3. The printing apparatus according to claim 1, further comprising an accepting unit configured to accept an instruction for shifting the printing apparatus to the mode of casing the post-processing apparatus to perform the post-process to the sheet inserted by the user.

4. The printing apparatus according to claim 1, wherein the mode includes a mode of causing the post-processing apparatus to perform the post-process to the sheet inserted by the user, in a state that the printing by the printing apparatus is restricted.

5. The printing apparatus according to claim 1, wherein the post-process includes a stapling process or a punching process.

6. A printing apparatus comprising:

a holding unit configured to hold a job for which a printing request was accepted;

a printing unit configured to print an image on a sheet by executing the job held by the holding unit;

a transportation unit configured to transport the sheet on which the image was printed by the printing unit, to a post-processing apparatus;

a post-processing unit configured to cause the post-processing apparatus to perform a post-process to the sheet; and

a control unit configured to, in a case where a new job is accepted while the printing apparatus is operating in a mode of casing the post-processing apparatus to perform the post-process to the sheet inserted by a user, control to execute the new job before executing the job held by the holding unit, according as the mode is released.
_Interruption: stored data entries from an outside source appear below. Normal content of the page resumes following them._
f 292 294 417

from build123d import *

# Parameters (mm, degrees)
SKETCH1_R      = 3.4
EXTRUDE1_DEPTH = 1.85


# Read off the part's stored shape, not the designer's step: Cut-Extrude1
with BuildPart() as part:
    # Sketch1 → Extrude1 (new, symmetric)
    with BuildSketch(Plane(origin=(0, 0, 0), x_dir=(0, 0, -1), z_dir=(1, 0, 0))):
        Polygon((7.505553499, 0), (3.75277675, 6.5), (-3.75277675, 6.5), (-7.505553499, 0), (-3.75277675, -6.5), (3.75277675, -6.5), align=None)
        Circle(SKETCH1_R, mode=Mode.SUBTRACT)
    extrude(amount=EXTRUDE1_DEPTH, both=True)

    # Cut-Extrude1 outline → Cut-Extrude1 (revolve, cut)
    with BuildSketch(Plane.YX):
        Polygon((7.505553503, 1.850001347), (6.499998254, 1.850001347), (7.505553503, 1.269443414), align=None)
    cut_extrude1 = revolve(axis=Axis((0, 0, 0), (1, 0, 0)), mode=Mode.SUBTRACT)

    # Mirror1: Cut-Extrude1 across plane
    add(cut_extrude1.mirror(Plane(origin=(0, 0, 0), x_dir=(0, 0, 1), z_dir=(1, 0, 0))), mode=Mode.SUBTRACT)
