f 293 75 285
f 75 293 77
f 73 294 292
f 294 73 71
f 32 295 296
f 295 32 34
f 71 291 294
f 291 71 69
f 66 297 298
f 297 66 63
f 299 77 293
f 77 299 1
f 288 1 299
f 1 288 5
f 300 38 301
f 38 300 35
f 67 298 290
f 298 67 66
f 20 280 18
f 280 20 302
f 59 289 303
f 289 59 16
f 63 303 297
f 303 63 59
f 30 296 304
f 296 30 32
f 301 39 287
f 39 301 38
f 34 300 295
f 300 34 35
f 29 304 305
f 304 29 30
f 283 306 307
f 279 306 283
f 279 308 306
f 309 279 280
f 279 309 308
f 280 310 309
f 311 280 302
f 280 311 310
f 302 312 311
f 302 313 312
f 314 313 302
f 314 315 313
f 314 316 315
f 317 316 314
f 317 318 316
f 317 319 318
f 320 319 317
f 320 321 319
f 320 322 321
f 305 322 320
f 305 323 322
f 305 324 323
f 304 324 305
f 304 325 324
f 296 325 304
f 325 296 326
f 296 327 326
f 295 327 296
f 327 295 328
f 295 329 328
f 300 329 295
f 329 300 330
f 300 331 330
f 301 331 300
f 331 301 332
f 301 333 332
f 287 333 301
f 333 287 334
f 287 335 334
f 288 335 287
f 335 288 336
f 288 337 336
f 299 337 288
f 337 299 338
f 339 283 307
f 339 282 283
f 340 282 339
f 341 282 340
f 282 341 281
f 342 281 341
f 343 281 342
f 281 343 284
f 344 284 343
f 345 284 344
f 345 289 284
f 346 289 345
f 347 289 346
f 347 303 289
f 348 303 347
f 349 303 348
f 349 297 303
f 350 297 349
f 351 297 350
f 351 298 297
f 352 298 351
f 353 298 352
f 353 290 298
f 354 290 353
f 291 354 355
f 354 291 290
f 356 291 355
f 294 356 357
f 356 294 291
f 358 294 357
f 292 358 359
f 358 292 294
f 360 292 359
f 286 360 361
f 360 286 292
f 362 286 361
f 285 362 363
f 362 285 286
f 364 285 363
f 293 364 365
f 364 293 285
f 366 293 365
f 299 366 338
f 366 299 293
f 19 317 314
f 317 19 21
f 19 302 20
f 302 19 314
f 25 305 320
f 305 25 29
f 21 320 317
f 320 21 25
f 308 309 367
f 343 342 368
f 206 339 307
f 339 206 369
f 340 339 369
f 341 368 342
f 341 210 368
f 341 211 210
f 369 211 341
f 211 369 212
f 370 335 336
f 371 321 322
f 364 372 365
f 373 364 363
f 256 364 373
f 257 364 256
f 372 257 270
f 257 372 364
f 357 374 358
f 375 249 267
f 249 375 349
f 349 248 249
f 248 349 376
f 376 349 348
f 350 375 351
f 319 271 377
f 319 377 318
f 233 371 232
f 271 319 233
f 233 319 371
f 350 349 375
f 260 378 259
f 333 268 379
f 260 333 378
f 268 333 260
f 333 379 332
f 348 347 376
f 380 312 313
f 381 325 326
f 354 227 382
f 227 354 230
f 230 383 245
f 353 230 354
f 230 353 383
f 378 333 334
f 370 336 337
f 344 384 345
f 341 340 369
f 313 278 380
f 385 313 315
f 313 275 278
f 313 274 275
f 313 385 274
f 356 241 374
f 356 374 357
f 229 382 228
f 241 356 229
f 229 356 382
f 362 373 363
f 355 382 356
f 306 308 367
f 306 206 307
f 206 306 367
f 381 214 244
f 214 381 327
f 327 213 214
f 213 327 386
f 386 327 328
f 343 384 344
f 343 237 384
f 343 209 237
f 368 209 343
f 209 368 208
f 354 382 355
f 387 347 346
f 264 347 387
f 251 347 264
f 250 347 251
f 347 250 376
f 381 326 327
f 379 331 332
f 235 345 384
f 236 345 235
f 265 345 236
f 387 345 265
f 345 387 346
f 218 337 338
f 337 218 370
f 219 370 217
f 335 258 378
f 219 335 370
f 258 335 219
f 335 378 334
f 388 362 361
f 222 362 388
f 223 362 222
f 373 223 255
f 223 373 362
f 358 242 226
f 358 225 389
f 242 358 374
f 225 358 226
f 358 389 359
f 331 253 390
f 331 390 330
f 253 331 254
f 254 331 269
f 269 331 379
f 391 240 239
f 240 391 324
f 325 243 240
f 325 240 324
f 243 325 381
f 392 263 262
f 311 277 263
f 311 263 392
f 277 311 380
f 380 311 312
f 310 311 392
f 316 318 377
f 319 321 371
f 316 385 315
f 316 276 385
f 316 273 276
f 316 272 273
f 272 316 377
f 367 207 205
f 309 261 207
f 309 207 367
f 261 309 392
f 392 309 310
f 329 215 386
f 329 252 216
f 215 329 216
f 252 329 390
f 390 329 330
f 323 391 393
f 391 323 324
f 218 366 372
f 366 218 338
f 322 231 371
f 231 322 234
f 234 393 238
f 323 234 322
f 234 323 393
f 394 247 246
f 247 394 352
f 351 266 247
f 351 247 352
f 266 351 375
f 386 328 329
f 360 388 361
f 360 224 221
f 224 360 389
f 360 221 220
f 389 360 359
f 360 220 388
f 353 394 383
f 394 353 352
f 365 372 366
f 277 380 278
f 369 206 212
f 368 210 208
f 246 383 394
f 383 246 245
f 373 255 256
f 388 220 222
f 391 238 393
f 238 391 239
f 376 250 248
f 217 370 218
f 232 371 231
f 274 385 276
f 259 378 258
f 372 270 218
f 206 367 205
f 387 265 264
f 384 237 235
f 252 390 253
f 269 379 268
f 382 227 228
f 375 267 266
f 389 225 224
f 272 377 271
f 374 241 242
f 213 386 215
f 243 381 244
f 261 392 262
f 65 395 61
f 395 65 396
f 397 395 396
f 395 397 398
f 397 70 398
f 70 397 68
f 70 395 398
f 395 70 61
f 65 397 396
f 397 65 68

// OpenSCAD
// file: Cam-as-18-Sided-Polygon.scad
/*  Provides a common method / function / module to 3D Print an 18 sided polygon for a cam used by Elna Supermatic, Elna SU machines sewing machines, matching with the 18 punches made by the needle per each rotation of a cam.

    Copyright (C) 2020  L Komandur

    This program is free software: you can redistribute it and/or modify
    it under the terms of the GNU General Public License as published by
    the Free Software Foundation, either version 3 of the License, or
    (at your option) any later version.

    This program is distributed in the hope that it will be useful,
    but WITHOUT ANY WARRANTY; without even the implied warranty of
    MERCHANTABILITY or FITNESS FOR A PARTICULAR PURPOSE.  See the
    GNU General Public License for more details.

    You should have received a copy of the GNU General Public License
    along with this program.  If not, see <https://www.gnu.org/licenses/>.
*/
7. A control method of a printing apparatus, comprising:

holding a job for which a printing request was accepted, in a holding unit;

printing an image on a sheet by executing the job held in the holding unit;

transporting the sheet on which the image was printed to a post-processing apparatus;

causing the post-processing apparatus to perform a post-process to the sheet; and

in a case where a new job is accepted while the printing apparatus is operating in a mode of casing the post-processing apparatus to perform the post-process to the sheet inserted by a user, executing the new job before executing the job held in the holding unit, and shifting the printing apparatus to the mode after completing the execution of the new job and before executing the job held in the holding unit.
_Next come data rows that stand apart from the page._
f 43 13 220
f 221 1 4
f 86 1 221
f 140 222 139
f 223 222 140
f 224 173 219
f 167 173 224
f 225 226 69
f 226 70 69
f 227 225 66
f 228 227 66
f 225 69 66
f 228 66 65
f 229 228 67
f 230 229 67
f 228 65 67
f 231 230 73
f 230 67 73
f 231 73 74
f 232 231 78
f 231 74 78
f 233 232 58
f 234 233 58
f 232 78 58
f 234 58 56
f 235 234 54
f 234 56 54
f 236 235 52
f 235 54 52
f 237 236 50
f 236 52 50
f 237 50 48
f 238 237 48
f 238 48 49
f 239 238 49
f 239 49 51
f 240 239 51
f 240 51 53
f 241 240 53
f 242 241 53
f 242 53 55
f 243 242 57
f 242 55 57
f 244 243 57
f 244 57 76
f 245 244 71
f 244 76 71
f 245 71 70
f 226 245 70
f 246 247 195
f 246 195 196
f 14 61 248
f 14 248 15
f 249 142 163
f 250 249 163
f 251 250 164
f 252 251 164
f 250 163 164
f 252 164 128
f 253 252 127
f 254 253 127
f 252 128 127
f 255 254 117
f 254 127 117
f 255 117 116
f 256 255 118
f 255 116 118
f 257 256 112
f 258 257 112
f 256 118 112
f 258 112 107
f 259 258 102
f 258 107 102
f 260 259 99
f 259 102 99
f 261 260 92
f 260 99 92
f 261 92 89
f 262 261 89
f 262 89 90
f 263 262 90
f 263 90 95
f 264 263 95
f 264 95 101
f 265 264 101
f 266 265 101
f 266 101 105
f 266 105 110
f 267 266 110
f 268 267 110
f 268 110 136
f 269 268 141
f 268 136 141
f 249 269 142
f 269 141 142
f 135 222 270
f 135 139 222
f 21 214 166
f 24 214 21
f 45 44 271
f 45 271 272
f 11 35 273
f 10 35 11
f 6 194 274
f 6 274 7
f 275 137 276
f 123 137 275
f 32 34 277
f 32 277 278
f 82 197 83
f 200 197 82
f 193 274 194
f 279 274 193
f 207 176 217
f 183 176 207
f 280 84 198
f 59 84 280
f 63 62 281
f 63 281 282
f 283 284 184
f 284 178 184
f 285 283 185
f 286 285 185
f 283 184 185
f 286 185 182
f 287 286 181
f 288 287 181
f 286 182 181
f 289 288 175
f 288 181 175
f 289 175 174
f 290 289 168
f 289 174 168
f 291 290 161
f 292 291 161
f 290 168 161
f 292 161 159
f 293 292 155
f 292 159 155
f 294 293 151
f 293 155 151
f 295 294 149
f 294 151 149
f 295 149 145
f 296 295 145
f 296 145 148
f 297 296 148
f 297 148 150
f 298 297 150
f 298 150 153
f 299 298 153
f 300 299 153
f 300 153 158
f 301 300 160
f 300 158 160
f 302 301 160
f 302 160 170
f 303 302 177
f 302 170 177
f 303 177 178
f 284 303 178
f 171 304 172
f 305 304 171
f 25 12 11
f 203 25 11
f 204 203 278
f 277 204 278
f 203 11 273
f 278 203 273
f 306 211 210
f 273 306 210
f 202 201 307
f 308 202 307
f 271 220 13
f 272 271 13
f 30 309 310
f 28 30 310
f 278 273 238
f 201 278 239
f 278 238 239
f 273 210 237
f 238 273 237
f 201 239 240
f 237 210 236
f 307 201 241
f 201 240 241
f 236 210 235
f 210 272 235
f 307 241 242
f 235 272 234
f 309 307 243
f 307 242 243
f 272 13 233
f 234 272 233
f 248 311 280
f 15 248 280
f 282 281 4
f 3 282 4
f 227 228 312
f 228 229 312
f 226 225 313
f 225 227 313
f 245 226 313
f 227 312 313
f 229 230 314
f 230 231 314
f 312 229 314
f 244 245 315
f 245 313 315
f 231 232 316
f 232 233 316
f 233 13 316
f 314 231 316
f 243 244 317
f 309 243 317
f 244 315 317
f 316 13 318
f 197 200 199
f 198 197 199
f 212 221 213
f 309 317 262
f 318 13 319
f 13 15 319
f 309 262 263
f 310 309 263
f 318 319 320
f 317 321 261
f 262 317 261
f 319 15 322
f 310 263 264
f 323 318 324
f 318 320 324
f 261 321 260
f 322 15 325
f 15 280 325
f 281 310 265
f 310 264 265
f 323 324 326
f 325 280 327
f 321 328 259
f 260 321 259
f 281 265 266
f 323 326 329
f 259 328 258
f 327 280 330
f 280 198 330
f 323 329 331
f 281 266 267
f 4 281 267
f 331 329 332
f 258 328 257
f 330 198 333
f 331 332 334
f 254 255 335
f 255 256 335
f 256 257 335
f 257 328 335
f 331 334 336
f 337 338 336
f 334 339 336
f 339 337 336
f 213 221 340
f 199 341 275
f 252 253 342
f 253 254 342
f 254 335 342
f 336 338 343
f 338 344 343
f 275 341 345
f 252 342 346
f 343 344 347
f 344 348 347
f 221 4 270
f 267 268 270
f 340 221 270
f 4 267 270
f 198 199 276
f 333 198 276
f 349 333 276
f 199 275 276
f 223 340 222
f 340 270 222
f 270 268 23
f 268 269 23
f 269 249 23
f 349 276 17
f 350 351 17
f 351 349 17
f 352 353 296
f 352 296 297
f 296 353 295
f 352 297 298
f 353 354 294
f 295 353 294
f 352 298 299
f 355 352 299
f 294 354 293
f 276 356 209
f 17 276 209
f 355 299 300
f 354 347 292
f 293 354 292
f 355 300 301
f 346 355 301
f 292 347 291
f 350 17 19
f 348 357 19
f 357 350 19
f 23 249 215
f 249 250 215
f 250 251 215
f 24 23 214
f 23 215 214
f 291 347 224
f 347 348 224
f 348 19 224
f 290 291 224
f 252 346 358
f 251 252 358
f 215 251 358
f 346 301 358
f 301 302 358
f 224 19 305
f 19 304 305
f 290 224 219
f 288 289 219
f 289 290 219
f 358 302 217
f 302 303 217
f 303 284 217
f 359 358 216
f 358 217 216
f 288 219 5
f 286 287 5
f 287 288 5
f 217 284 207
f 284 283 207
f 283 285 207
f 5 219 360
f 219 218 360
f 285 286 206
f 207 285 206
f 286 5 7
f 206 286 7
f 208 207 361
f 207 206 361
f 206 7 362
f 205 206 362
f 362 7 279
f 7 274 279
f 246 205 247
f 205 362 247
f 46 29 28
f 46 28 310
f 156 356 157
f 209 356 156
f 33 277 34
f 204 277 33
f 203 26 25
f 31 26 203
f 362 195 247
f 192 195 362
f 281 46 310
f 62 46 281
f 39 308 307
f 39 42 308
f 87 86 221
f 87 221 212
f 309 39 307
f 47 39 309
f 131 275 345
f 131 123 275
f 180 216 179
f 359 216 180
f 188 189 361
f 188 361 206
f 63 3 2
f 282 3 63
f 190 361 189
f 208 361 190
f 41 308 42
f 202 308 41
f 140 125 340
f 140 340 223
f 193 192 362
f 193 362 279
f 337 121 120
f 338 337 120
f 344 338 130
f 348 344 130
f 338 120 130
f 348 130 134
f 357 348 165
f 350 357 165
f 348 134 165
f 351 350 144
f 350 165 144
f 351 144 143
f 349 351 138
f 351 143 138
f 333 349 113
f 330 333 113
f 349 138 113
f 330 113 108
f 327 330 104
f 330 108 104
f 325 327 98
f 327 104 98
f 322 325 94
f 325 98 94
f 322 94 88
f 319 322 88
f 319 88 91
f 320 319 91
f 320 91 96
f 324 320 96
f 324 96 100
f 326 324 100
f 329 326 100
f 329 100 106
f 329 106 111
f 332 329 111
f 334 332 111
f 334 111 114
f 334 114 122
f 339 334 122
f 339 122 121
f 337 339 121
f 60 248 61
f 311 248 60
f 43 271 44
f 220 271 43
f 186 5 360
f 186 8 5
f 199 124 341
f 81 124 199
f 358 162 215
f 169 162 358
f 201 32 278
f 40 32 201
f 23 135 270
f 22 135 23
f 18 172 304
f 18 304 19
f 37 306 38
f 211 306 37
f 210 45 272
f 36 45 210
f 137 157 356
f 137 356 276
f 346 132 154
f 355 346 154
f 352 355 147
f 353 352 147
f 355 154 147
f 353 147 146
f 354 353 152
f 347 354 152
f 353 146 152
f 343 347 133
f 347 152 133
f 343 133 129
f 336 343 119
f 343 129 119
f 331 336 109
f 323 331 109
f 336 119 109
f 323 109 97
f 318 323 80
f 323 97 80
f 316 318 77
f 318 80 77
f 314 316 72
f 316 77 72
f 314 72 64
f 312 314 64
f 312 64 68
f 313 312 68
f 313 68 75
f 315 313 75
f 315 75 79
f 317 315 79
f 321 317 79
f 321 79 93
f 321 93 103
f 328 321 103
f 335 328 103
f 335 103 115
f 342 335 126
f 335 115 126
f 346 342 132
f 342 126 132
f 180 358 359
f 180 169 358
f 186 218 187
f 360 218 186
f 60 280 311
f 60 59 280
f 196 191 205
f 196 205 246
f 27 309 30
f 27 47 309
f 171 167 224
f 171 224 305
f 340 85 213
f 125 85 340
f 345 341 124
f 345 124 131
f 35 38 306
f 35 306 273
8. A non-transitory computer-readable storage medium which stores a program for causing a computer to perform a control method of a printing apparatus, the program comprising:

a code to hold a job for which a printing request was accepted, in a holding unit;

a code to print an image on a sheet by executing the job held in the holding unit;

a code to transport the sheet on which the image was printed to a post-processing apparatus;

a code to cause the post-processing apparatus to perform a post-process to the sheet; and

a code to, in a case where a new job is accepted while the printing apparatus is operating in a mode of casing the post-processing apparatus to perform the post-process to the sheet inserted by a user, execute the new job before executing the job held in the holding unit, and shift the printing apparatus to the mode after completing the execution of the new job and before executing the job held in the holding unit.